The United States of America (U.S.A. or USA), commonly known as the United States (U.S. or US) or America, is a country primarily located in North America.


### Token Attributes

In [None]:
tokensent = sentencedoc[2]
print(tokensent)

States


### Text

In [None]:
tokensent.text

'States'

### Head

In [None]:
tokensent.head

is

This tells to which word it is governed by, in this case, the primary verb, “is”, as it is part of the noun subject.

### Left Edge

In [None]:
tokensent.left_edge

The

If part of a sequence of tokens that are collectively meaningful, known as multi-word tokens, this will tell us where the multi-word token begins.

### Right Edge

In [None]:
tokensent.right_edge

America

This will tell us where the multi-word token ends.

### Entity Type

In [None]:
tokensent.ent_type

384

This will return an integer that corresponds to an entity type

In [None]:
tokensent.ent_type_

'GPE'

This will give you the string equivalent. GPE is geopolitical entity and is correct.

### Ent IOB

In [None]:
tokensent.ent_iob_

'I'

IOB code of named entity tag. “B” means the token begins an entity, “I” means it is inside an entity, “O” means it is outside an entity, and "" means no entity tag is set.
IOB is a method of annotating a text. In this case, we see “I” because states is inside an entity, that is to say that it is part of the United States of America.

### Lemma

In [None]:
tokensent.lemma_

'States'

Base form of the token

### Morph

In [None]:
sentencedoc[2].morph

NounType=Prop|Number=Sing

Morphological analysis

### Part of Speech

In [None]:
tokensent.pos_

'PROPN'

 part-of-speech from the Universal POS tag set

### Syntactic Dependency

In [None]:
tokensent.dep_

'nsubj'

 Syntactic dependency relation

### Language

In [None]:
tokensent.lang_

'en'

Language of the parent document’s vocabulary.

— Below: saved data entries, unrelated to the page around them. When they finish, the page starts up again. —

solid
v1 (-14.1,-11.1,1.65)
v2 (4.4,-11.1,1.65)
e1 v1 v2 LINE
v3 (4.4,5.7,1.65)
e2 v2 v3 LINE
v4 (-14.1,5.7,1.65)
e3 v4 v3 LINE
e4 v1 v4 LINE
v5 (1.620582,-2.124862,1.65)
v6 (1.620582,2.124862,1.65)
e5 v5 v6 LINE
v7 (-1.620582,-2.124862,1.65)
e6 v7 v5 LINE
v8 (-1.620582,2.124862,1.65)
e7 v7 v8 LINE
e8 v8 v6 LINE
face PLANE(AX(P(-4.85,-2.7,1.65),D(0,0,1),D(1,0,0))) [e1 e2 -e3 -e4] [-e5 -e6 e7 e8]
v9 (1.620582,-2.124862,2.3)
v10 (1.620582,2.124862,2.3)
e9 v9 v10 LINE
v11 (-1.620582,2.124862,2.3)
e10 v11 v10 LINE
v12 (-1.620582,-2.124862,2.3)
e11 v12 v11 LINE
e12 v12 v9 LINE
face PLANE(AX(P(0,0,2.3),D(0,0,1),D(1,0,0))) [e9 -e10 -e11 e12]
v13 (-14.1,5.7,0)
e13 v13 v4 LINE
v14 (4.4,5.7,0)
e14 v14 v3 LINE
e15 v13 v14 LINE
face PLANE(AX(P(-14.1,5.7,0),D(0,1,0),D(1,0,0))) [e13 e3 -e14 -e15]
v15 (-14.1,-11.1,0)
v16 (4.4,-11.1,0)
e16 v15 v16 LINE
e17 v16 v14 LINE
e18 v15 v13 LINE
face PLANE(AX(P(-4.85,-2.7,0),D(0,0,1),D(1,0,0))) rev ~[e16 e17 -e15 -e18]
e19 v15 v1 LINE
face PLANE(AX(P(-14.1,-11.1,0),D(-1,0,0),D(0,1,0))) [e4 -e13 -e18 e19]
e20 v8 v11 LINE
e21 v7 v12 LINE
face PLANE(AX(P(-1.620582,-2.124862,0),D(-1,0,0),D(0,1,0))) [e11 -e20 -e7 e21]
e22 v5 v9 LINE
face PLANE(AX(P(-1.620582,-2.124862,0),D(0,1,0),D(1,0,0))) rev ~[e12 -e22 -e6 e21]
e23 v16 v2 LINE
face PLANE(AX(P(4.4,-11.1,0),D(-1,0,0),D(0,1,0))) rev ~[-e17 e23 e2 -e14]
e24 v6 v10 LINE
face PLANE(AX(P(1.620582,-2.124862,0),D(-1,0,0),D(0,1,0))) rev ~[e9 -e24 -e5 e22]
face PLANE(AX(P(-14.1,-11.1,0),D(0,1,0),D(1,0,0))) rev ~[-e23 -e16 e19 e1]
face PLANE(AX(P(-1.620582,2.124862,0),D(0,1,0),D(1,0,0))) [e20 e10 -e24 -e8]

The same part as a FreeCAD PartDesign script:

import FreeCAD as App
import Part
import Sketcher
Q = App.Units.Quantity

doc = App.newDocument("Part")
params = doc.addObject("Spreadsheet::Sheet", "Params")
for row, (alias, value) in enumerate([
    ("pad1_length", "2.3 mm"),
    ("sketch2_width", "18.5 mm"),
    ("sketch2_height", "16.8 mm"),
    ("pad2_length", "1.65 mm"),
], start=1):
    params.set(f"A{row}", alias)
    params.set(f"B{row}", "=" + value)
    params.setAlias(f"B{row}", alias)

body = doc.addObject("PartDesign::Body", "Body")

# Sketch on XY plane
sketch1 = body.newObject("Sketcher::SketchObject", "Sketch")
sketch1.AttachmentSupport = (doc.getObject("XY_Plane"), [""])
sketch1.MapMode = "FlatFace"
sketch1.addGeometry([
    Part.LineSegment(App.Vector(-1.6, 2.1, 0), App.Vector(-1.6, -2.1, 0)),
    Part.LineSegment(App.Vector(-1.6, -2.1, 0), App.Vector(1.6, -2.1, 0)),
    Part.LineSegment(App.Vector(1.6, -2.1, 0), App.Vector(1.6, 2.1, 0)),
    Part.LineSegment(App.Vector(1.6, 2.1, 0), App.Vector(-1.6, 2.1, 0)),
], False)
sketch1.addConstraint([
    Sketcher.Constraint("Coincident", 0, 2, 1, 1),
    Sketcher.Constraint("Coincident", 1, 2, 2, 1),
    Sketcher.Constraint("Coincident", 2, 2, 3, 1),
    Sketcher.Constraint("Coincident", 3, 2, 0, 1),
    Sketcher.Constraint("Vertical", 0),
    Sketcher.Constraint("Horizontal", 1),
    Sketcher.Constraint("Vertical", 2),
    Sketcher.Constraint("Horizontal", 3),
    Sketcher.Constraint("Symmetric", 0, 2, 2, 2, -1, 1),
    Sketcher.Constraint("DistanceX", 1, 1, 1, 2, Q("3.241164 mm")),
    Sketcher.Constraint("DistanceY", 0, 2, 0, 1, Q("4.249724 mm")),
])
pad1 = body.newObject("PartDesign::Pad", "Pad")
pad1.Profile = sketch1
pad1.setExpression("Length", "Params.pad1_length")

# Sketch on XY plane
sketch2 = body.newObject("Sketcher::SketchObject", "Sketch001")
sketch2.AttachmentSupport = (doc.getObject("XY_Plane"), [""])
sketch2.MapMode = "FlatFace"
sketch2.addGeometry([
    Part.LineSegment(App.Vector(-14.1, 5.7, 0), App.Vector(-14.1, -11.1, 0)),  # 0
    Part.LineSegment(App.Vector(-14.1, -11.1, 0), App.Vector(4.4, -11.1, 0)),  # 1
    Part.LineSegment(App.Vector(4.4, -11.1, 0), App.Vector(4.4, 5.7, 0)),  # 2
    Part.LineSegment(App.Vector(4.4, 5.7, 0), App.Vector(-14.1, 5.7, 0)),  # 3
    Part.LineSegment(App.Vector(1.6, -2.1, 0), App.Vector(-1.6, -2.1, 0)),  # 4
    Part.LineSegment(App.Vector(-1.6, -2.1, 0), App.Vector(-1.6, 2.1, 0)),  # 5
    Part.LineSegment(App.Vector(-1.6, 2.1, 0), App.Vector(1.6, 2.1, 0)),  # 6
    Part.LineSegment(App.Vector(1.6, 2.1, 0), App.Vector(1.6, -2.1, 0)),  # 7
], False)
sketch2.addConstraint([
    Sketcher.Constraint("Coincident", 0, 2, 1, 1),
    Sketcher.Constraint("Coincident", 1, 2, 2, 1),
    Sketcher.Constraint("Coincident", 2, 2, 3, 1),
    Sketcher.Constraint("Coincident", 3, 2, 0, 1),
    Sketcher.Constraint("Coincident", 4, 2, 5, 1),
    Sketcher.Constraint("Coincident", 5, 2, 6, 1),
    Sketcher.Constraint("Coincident", 6, 2, 7, 1),
    Sketcher.Constraint("Coincident", 7, 2, 4, 1),
    Sketcher.Constraint("Vertical", 0),
    Sketcher.Constraint("Horizontal", 1),
    Sketcher.Constraint("Vertical", 2),
    Sketcher.Constraint("Horizontal", 3),
    Sketcher.Constraint("Horizontal", 4),
    Sketcher.Constraint("Vertical", 5),
    Sketcher.Constraint("Horizontal", 6),
    Sketcher.Constraint("Vertical", 7),
    Sketcher.Constraint("Symmetric", 4, 2, 6, 2, -1, 1),
    Sketcher.Constraint("DistanceX", 1, 1, 1, 2, Q("18.5 mm")),
    Sketcher.Constraint("DistanceY", 0, 2, 0, 1, Q("16.8 mm")),
    Sketcher.Constraint("DistanceX", 0, 2, -1, 1, Q("14.1 mm")),
    Sketcher.Constraint("DistanceY", 0, 2, -1, 1, Q("11.1 mm")),
    Sketcher.Constraint("DistanceX", 4, 2, 4, 1, Q("3.241164 mm")),
    Sketcher.Constraint("DistanceY", 5, 1, 5, 2, Q("4.249724 mm")),
])
sketch2.setExpression("Constraints[17]", "Params.sketch2_width")
sketch2.setExpression("Constraints[18]", "Params.sketch2_height")
pad2 = body.newObject("PartDesign::Pad", "Pad001")
pad2.Profile = sketch2
pad2.setExpression("Length", "Params.pad2_length")

doc.recompute()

### Part of Speech Tagging (POS)

In [None]:
for postoken in sentencedoc:
    print(postoken.text, postoken.pos_, postoken.dep_)

The DET det
United PROPN compound
States PROPN nsubj
of ADP prep
America PROPN pobj
( PUNCT punct
U.S.A. PROPN appos
or CCONJ cc
USA PROPN conj
) PUNCT punct
, PUNCT punct
commonly ADV advmod
known VERB acl
as ADP prep
the DET det
United PROPN compound
States PROPN pobj
( PUNCT punct
U.S. PROPN appos
or CCONJ cc
US PROPN conj
) PUNCT punct
or CCONJ cc
America PROPN conj
, PUNCT punct
is AUX ROOT
a DET det
country NOUN attr
primarily ADV advmod
located VERB acl
in ADP prep
North PROPN compound
America PROPN pobj
. PUNCT punct


In [None]:
from spacy import displacy

In [None]:
displacy.render(sentencedoc, style="dep")

In [None]:
text = "Mike enjoys playing football"
documnt = nlp(text)
print(documnt)

Mike enjoys playing football


In [None]:
for testtoken in documnt:
    print(testtoken.text, testtoken.pos_, testtoken.dep_)

Mike PROPN nsubj
enjoys VERB ROOT
playing VERB xcomp
football NOUN dobj


In [None]:
displacy.render(documnt, style="dep")

### Named Entity Recognition

In [None]:
for entity in sentencedoc.ents:
    print(entity.text, entity.label_)

The United States of America GPE
U.S.A. GPE
USA GPE
the United States GPE
U.S. GPE
US GPE
America GPE
North America LOC


It provides us the entity of each string in the sentence.

In [None]:
for entity in documnt.ents:
    print(entity.text, entity.label_)

Mike PERSON


In [None]:
displacy.render(sentencedoc, style='ent')

In [None]:
displacy.render(documnt,style='ent')

This tells displaCy to display the text as NER annotations.